**Directions for this task**
From the entries below, please output exactly the lines starting at the one containing "f 153 63 64" and ending at the one containing "f 111 155 157", both included.

==== Material provided

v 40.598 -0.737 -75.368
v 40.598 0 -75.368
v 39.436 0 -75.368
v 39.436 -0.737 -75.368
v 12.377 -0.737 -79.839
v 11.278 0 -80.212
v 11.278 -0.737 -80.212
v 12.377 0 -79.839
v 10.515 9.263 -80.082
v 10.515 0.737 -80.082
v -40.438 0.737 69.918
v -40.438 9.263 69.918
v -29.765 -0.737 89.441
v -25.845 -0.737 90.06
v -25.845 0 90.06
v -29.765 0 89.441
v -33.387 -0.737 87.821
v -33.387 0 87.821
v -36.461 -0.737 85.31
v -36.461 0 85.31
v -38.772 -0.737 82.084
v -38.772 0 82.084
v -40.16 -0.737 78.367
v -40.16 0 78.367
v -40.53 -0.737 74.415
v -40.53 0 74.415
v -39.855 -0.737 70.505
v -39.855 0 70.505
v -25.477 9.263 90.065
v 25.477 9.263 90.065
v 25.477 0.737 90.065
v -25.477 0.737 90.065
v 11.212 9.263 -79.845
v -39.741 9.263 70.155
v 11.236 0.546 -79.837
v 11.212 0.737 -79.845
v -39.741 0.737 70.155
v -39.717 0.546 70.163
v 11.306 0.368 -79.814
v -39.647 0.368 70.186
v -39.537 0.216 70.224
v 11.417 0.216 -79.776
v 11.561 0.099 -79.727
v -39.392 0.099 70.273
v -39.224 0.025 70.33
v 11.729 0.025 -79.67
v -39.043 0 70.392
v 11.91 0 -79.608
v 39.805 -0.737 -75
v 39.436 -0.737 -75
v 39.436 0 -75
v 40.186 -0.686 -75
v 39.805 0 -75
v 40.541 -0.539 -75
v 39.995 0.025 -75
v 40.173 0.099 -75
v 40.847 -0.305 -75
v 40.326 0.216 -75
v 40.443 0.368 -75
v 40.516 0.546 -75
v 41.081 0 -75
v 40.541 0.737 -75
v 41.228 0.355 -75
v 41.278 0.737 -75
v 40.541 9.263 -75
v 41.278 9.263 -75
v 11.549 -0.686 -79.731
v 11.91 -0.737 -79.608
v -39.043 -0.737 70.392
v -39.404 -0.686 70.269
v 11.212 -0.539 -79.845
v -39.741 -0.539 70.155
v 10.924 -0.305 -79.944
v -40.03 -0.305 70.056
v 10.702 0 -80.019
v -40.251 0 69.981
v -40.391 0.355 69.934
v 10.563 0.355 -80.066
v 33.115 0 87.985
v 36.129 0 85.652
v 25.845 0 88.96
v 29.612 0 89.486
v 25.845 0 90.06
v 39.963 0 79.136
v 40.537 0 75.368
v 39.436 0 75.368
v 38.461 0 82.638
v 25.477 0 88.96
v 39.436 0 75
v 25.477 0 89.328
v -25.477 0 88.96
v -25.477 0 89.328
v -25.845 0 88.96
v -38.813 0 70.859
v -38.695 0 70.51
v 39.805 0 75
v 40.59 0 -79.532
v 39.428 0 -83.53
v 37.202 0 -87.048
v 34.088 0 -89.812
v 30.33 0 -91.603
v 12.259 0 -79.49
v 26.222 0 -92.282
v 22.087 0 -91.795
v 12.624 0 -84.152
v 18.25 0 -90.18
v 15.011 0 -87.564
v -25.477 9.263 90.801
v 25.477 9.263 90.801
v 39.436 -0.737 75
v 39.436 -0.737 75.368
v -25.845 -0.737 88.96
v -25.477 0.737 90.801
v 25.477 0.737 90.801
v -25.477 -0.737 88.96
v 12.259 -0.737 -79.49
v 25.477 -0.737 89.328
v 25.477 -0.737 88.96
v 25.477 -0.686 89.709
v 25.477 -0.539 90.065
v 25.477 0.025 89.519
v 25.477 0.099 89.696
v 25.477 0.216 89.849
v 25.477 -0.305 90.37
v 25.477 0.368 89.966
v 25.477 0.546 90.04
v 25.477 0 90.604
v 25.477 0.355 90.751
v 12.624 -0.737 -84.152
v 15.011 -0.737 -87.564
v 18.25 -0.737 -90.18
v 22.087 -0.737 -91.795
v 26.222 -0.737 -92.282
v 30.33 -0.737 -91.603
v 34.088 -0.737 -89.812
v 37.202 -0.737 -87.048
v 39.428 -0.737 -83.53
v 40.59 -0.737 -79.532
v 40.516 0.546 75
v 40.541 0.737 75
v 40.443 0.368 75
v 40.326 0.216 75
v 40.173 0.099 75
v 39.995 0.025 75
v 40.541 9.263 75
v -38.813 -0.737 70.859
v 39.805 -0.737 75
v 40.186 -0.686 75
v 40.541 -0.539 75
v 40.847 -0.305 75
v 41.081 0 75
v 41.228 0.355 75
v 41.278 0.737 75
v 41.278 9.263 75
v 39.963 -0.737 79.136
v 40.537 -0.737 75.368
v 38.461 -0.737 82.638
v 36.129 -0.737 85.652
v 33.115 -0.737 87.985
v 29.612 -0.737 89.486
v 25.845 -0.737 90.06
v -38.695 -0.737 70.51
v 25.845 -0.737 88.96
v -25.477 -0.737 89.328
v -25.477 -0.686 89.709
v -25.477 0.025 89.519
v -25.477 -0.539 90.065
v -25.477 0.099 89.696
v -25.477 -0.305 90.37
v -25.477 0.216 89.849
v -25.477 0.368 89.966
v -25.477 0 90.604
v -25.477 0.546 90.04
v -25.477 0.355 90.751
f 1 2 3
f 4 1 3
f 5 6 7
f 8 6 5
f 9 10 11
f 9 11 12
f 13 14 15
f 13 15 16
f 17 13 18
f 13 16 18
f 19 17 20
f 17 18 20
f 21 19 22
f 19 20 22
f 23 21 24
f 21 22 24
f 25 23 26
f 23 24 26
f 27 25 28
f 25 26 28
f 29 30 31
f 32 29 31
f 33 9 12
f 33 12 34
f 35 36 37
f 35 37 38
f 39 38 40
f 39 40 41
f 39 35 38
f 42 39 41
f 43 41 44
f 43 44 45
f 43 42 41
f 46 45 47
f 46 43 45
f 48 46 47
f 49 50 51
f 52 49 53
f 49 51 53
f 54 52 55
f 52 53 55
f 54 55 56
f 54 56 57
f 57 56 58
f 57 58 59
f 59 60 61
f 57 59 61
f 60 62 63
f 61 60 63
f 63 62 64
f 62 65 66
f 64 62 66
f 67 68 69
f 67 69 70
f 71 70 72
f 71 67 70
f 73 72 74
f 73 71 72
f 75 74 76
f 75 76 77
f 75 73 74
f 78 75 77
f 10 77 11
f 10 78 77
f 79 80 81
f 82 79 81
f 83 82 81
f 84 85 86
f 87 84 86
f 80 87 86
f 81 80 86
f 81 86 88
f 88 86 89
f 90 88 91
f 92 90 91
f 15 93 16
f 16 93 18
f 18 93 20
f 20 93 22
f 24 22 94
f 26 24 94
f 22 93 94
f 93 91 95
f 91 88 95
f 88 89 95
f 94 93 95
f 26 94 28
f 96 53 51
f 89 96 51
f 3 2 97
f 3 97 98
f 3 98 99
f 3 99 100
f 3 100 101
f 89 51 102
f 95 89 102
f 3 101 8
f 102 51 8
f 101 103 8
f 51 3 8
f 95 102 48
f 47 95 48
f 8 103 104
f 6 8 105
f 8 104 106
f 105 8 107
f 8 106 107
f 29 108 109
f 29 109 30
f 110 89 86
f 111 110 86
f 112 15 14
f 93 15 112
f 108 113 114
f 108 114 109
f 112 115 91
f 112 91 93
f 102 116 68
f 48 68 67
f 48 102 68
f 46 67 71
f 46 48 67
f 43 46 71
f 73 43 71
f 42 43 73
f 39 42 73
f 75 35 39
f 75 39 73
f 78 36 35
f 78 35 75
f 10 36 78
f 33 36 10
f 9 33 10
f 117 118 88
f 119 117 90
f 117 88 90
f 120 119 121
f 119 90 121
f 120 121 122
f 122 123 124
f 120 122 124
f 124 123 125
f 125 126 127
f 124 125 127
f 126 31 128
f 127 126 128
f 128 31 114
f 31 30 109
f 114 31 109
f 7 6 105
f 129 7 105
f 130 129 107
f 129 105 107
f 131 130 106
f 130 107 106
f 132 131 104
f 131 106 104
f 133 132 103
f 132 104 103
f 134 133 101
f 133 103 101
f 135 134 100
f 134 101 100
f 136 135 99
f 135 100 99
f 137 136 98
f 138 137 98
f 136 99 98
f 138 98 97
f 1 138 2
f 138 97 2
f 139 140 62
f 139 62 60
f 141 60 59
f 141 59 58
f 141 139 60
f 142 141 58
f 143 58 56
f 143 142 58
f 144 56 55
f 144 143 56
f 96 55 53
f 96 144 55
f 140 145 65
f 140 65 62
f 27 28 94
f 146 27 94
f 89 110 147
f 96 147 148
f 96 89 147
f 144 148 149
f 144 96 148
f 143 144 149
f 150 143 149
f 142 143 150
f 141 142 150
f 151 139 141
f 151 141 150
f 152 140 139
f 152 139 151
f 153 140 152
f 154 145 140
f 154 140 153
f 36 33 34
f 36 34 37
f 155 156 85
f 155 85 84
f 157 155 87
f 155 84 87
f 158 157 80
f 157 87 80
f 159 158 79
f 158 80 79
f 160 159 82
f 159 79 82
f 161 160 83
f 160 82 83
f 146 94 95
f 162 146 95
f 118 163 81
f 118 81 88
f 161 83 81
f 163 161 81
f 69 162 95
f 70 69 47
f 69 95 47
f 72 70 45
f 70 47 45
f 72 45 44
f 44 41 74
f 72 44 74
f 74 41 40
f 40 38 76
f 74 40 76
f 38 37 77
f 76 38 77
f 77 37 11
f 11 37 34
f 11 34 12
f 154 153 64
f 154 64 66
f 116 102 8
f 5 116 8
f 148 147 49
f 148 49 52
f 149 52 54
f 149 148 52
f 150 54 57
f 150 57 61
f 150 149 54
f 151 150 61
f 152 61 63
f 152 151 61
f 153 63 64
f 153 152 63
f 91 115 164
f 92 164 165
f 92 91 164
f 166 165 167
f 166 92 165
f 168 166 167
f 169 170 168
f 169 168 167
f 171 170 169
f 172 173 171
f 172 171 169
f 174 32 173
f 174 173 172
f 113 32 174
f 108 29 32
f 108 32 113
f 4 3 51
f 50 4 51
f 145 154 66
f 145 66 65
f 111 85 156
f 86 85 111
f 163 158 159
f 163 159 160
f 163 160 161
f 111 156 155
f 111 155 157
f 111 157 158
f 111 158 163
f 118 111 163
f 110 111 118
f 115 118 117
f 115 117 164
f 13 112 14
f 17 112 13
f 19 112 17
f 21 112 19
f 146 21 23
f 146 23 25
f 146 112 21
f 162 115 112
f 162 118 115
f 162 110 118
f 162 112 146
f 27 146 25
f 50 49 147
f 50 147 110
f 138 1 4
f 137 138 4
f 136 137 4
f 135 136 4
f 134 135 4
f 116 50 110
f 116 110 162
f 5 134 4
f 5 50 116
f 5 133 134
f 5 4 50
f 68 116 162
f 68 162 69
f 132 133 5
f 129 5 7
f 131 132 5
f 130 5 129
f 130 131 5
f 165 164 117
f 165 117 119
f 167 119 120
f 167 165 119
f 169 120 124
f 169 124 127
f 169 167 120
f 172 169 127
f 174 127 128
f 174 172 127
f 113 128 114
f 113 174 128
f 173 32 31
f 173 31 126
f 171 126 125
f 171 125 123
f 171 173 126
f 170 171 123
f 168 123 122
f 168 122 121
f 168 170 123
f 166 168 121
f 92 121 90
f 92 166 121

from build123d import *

# Parameters (mm, degrees)
BASE_FLANGE1_DEPTH            = 0.7366
EDGE_FLANGE1_STRIP_W          = 4.4196
EDGE_FLANGE1_STRIP_H          = 0.7366
EDGE_FLANGE1_STRIP_CUT_DEPTH  = 150
EDGE_FLANGE1_RELIEF_W         = 4.7879
EDGE_FLANGE1_RELIEF_H         = 0.3683
EDGE_FLANGE1_RELIEF_CUT_DEPTH = 0.7366
EDGE_FLANGE1_DEPTH            = 150
EDGE_FLANGE2_STRIP_W          = 4.4196
EDGE_FLANGE2_STRIP_H          = 0.7366
EDGE_FLANGE2_STRIP_CUT_DEPTH  = 50.953389831
EDGE_FLANGE2_RELIEF_W         = 4.7879
EDGE_FLANGE2_RELIEF_H         = 0.3683
EDGE_FLANGE2_RELIEF_CUT_DEPTH = 0.7366
EDGE_FLANGE2_DEPTH            = 50.953389831
EDGE_FLANGE3_STRIP_W          = 4.4196
EDGE_FLANGE3_STRIP_H          = 0.7366
EDGE_FLANGE3_STRIP_CUT_DEPTH  = 158.417953324
EDGE_FLANGE3_RELIEF_W         = 4.7879
EDGE_FLANGE3_RELIEF_H         = 0.3683
EDGE_FLANGE3_RELIEF_CUT_DEPTH = 0.7366
EDGE_FLANGE3_DEPTH            = 158.417953324


# Sheet-metal steps are written as plain solids
with BuildPart() as part:
    # Sketch1 → Base-Flange1 (new body)
    with BuildSketch(Plane(origin=(0, 0, 0), x_dir=(1, 0, 0), z_dir=(0, 1, 0))):
        with BuildLine():
            Line((40.54139599, 75), (40.54139599, -75))
            ThreePointArc((40.54139599, -75), (36.129047202, -85.652352287), (25.476694915, -90.064701075))
            Line((25.476694915, -90.064701075), (-25.476694915, -90.064701075))
            ThreePointArc((-25.476694915, -90.064701075), (-37.722911645, -83.773562235), (-39.740893599, -70.154604826))
            Line((-39.740893599, -70.154604826), (11.212496231, 79.845395174))
            ThreePointArc((11.212496231, 79.845395174), (28.299643698, 92.087147467), (40.54139599, 75))
        make_face()
    extrude(amount=-BASE_FLANGE1_DEPTH)

    # Edge-Flange1 strip (across the edge) → Edge-Flange1 strip cut (cut)
    with BuildSketch(Plane(origin=(40.54139599, 0, 75), x_dir=(-1, 0, 0), z_dir=(0, 0, -1))):
        with Locations((-1.4732, -0.3683)):
            Rectangle(EDGE_FLANGE1_STRIP_W, EDGE_FLANGE1_STRIP_H)
    extrude(amount=EDGE_FLANGE1_STRIP_CUT_DEPTH, mode=Mode.SUBTRACT)

    # Edge-Flange1 relief (on the sheet) → Edge-Flange1 relief cut (cut)
    with BuildSketch(Plane(origin=(39.80479599, 0, 75), x_dir=(-1, 0, 0), z_dir=(0, 1, 0))):
        with Locations((-2.02565, 0.18415)):
            Rectangle(EDGE_FLANGE1_RELIEF_W, EDGE_FLANGE1_RELIEF_H)
        with Locations((-2.02565, -150.18415)):
            Rectangle(EDGE_FLANGE1_RELIEF_W, EDGE_FLANGE1_RELIEF_H)
    extrude(amount=-EDGE_FLANGE1_RELIEF_CUT_DEPTH, mode=Mode.SUBTRACT)

    # Edge-Flange1 section (across the edge) → Edge-Flange1 (add)
    with BuildSketch(Plane(origin=(40.54139599, 0, 75), x_dir=(-1, 0, 0), z_dir=(0, 0, -1))):
        with BuildLine():
            Line((-0.7366, 0.7366), (-0.7366, 9.2634))
            Line((-0.7366, 9.2634), (0, 9.2634))
            Line((0, 9.2634), (0, 0.7366))
            ThreePointArc((0, 0.7366), (0.215745145, 0.215745145), (0.7366, 0))
            Line((0.7366, 0), (0.7366, -0.7366))
            ThreePointArc((0.7366, -0.7366), (-0.30510971, -0.30510971), (-0.7366, 0.7366))
        make_face()
    extrude(amount=EDGE_FLANGE1_DEPTH)

    # Edge-Flange2 strip (across the edge) → Edge-Flange2 strip cut (cut)
    with BuildSketch(Plane(origin=(-25.476694915, 0, 90.064701075), x_dir=(0, 0, -1), z_dir=(1, 0, 0))):
        with Locations((-1.4732, -0.3683)):
            Rectangle(EDGE_FLANGE2_STRIP_W, EDGE_FLANGE2_STRIP_H)
    extrude(amount=EDGE_FLANGE2_STRIP_CUT_DEPTH, mode=Mode.SUBTRACT)

    # Edge-Flange2 relief (on the sheet) → Edge-Flange2 relief cut (cut)
    with BuildSketch(Plane(origin=(-25.476694915, 0, 89.328101075), x_dir=(0, 0, -1), z_dir=(0, 1, 0))):
        with Locations((-2.02565, 0.18415)):
            Rectangle(EDGE_FLANGE2_RELIEF_W, EDGE_FLANGE2_RELIEF_H)
        with Locations((-2.02565, -51.137539831)):
            Rectangle(EDGE_FLANGE2_RELIEF_W, EDGE_FLANGE2_RELIEF_H)
    extrude(amount=-EDGE_FLANGE2_RELIEF_CUT_DEPTH, mode=Mode.SUBTRACT)

    # Edge-Flange2 section (across the edge) → Edge-Flange2 (add)
    with BuildSketch(Plane(origin=(-25.476694915, 0, 90.064701075), x_dir=(0, 0, -1), z_dir=(1, 0, 0))):
        with BuildLine():
            Line((-0.7366, 0.7366), (-0.7366, 9.2634))
            Line((-0.7366, 9.2634), (0, 9.2634))
            Line((0, 9.2634), (0, 0.7366))
            ThreePointArc((0, 0.7366), (0.215745145, 0.215745145), (0.7366, 0))
            Line((0.7366, 0), (0.7366, -0.7366))
            ThreePointArc((0.7366, -0.7366), (-0.30510971, -0.30510971), (-0.7366, 0.7366))
        make_face()
    extrude(amount=EDGE_FLANGE2_DEPTH)

    # Edge-Flange3 strip (across the edge) → Edge-Flange3 strip cut (cut)
    with BuildSketch(Plane(origin=(11.212496231, 0, -79.845395174), x_dir=(0.9468623779885023, 3.4914813388431334e-15, 0.3216389857432692), z_dir=(-0.3216389857432692, 0, 0.9468623779885023))):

========

**Solution below**
f 153 63 64
f 153 152 63
f 91 115 164
f 92 164 165
f 92 91 164
f 166 165 167
f 166 92 165
f 168 166 167
f 169 170 168
f 169 168 167
f 171 170 169
f 172 173 171
f 172 171 169
f 174 32 173
f 174 173 172
f 113 32 174
f 108 29 32
f 108 32 113
f 4 3 51
f 50 4 51
f 145 154 66
f 145 66 65
f 111 85 156
f 86 85 111
f 163 158 159
f 163 159 160
f 163 160 161
f 111 156 155
f 111 155 157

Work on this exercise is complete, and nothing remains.